- [GIVEN DATA]
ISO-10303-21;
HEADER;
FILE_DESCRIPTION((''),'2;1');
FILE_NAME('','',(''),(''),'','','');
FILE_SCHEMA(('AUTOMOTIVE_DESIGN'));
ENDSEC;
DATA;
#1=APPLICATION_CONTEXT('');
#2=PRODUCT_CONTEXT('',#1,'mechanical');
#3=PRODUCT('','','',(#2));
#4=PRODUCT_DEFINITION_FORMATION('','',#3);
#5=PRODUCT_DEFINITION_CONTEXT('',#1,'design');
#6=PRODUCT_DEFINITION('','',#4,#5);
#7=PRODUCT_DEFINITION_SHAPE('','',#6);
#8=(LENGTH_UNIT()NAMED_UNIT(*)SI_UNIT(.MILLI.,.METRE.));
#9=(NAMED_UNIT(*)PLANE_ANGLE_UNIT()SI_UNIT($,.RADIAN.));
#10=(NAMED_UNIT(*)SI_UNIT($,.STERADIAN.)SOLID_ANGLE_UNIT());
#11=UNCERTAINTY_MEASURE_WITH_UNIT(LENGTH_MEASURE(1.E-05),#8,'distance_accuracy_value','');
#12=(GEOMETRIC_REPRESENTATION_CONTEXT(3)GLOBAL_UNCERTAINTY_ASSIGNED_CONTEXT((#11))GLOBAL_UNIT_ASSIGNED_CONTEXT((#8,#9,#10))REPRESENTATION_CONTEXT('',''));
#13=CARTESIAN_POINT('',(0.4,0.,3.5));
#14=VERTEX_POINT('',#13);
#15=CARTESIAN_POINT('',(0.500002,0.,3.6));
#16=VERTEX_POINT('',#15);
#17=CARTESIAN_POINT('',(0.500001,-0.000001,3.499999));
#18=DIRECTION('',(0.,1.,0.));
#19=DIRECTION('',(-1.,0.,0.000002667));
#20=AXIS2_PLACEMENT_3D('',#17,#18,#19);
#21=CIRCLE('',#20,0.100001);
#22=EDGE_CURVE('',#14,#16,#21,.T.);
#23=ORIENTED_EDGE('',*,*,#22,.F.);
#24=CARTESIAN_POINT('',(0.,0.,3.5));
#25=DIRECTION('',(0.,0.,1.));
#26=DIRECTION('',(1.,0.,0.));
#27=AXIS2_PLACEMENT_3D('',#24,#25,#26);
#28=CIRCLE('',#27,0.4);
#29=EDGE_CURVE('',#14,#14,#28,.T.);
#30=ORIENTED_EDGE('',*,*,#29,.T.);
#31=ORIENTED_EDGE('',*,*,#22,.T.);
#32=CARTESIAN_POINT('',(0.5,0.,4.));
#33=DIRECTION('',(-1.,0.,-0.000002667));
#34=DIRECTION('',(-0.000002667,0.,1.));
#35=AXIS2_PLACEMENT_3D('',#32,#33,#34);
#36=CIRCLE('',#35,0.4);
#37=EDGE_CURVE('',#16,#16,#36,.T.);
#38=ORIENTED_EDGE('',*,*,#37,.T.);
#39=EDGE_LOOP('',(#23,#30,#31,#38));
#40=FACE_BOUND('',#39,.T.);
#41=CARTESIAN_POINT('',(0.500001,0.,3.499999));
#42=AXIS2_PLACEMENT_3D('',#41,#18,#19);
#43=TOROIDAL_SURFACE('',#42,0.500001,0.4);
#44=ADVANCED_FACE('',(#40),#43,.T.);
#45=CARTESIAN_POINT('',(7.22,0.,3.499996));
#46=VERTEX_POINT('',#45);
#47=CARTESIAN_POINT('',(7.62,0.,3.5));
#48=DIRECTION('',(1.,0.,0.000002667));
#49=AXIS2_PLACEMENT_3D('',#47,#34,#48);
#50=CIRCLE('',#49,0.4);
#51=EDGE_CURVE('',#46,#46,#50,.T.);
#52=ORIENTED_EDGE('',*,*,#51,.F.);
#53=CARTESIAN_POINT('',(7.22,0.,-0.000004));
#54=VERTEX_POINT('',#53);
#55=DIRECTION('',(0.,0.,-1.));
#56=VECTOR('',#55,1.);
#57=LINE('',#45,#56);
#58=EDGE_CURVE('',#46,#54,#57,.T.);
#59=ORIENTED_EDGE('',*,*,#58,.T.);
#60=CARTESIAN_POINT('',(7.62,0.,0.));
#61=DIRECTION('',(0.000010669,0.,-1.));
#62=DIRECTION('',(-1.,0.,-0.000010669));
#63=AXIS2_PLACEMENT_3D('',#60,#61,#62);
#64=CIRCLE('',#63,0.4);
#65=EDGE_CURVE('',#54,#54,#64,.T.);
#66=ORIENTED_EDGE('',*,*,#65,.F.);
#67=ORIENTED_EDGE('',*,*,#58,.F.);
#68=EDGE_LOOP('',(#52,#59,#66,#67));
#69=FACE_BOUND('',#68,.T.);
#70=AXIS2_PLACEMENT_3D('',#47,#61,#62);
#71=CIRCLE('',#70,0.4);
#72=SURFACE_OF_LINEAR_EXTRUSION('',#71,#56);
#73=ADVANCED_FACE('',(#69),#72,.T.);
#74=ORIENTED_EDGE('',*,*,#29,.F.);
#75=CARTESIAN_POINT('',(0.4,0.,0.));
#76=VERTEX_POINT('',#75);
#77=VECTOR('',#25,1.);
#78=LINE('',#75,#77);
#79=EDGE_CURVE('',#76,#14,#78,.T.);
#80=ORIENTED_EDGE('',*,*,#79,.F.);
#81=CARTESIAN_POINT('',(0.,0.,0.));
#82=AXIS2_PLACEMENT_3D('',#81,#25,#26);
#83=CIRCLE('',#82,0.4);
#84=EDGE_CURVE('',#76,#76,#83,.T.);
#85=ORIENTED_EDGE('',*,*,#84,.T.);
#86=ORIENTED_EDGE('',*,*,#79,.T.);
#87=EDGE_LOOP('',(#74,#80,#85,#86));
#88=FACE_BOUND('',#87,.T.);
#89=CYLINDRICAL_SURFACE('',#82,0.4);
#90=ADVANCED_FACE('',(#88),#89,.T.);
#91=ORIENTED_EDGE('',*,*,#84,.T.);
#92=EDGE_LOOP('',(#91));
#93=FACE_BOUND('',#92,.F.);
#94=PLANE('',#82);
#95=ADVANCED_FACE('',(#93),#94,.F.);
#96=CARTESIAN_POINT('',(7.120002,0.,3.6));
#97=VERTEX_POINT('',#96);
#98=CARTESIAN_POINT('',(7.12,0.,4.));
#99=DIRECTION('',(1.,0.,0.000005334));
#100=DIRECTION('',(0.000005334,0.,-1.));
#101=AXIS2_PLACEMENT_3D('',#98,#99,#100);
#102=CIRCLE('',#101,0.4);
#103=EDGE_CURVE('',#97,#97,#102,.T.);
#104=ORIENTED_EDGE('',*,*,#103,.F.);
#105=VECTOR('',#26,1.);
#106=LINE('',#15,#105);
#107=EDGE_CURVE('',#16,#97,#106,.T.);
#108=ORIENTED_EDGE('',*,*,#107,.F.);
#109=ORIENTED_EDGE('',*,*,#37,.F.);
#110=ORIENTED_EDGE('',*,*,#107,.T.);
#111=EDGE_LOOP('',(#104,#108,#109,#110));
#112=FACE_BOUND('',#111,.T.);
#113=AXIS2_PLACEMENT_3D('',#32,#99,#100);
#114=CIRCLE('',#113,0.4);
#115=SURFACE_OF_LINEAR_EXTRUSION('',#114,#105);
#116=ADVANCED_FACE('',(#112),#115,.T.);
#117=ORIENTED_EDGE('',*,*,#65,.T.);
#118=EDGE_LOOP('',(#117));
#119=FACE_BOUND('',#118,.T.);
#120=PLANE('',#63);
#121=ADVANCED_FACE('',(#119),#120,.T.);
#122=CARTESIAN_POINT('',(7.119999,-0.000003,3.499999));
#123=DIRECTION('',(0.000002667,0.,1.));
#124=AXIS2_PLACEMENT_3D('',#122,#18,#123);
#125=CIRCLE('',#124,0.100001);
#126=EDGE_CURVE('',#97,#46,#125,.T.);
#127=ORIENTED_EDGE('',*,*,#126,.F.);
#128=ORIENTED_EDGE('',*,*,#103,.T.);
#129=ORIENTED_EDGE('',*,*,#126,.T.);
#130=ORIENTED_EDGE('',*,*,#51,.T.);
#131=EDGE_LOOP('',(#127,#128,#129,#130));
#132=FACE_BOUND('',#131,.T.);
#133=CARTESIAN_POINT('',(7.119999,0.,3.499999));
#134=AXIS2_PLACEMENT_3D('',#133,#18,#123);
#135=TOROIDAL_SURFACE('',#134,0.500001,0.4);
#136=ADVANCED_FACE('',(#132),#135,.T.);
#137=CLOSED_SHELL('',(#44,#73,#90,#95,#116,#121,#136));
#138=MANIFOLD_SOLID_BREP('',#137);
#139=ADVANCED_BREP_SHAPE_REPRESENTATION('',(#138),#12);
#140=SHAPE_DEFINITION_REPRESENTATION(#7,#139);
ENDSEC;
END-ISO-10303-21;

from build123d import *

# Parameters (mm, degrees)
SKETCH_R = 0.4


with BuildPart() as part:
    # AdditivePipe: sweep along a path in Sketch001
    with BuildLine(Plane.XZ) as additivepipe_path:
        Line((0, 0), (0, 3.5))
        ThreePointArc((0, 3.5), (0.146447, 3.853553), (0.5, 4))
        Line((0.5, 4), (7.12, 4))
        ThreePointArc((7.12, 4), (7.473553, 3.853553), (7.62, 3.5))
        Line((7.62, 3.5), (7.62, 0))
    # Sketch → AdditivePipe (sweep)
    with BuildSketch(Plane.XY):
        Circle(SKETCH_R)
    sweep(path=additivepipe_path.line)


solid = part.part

- [YOUR INSTRUCTIONS] Go back to the listing above. Copy word for word the lines from the one with "#90=ADVANCED_FACE('',(#88),#89,.T.);" through the one with "#100=DIRECTION('',(0.000005334,0.,-1.));", and nothing more.

- [WRITTEN RESPONSE]
#90=ADVANCED_FACE('',(#88),#89,.T.);
#91=ORIENTED_EDGE('',*,*,#84,.T.);
#92=EDGE_LOOP('',(#91));
#93=FACE_BOUND('',#92,.F.);
#94=PLANE('',#82);
#95=ADVANCED_FACE('',(#93),#94,.F.);
#96=CARTESIAN_POINT('',(7.120002,0.,3.6));
#97=VERTEX_POINT('',#96);
#98=CARTESIAN_POINT('',(7.12,0.,4.));
#99=DIRECTION('',(1.,0.,0.000005334));
#100=DIRECTION('',(0.000005334,0.,-1.));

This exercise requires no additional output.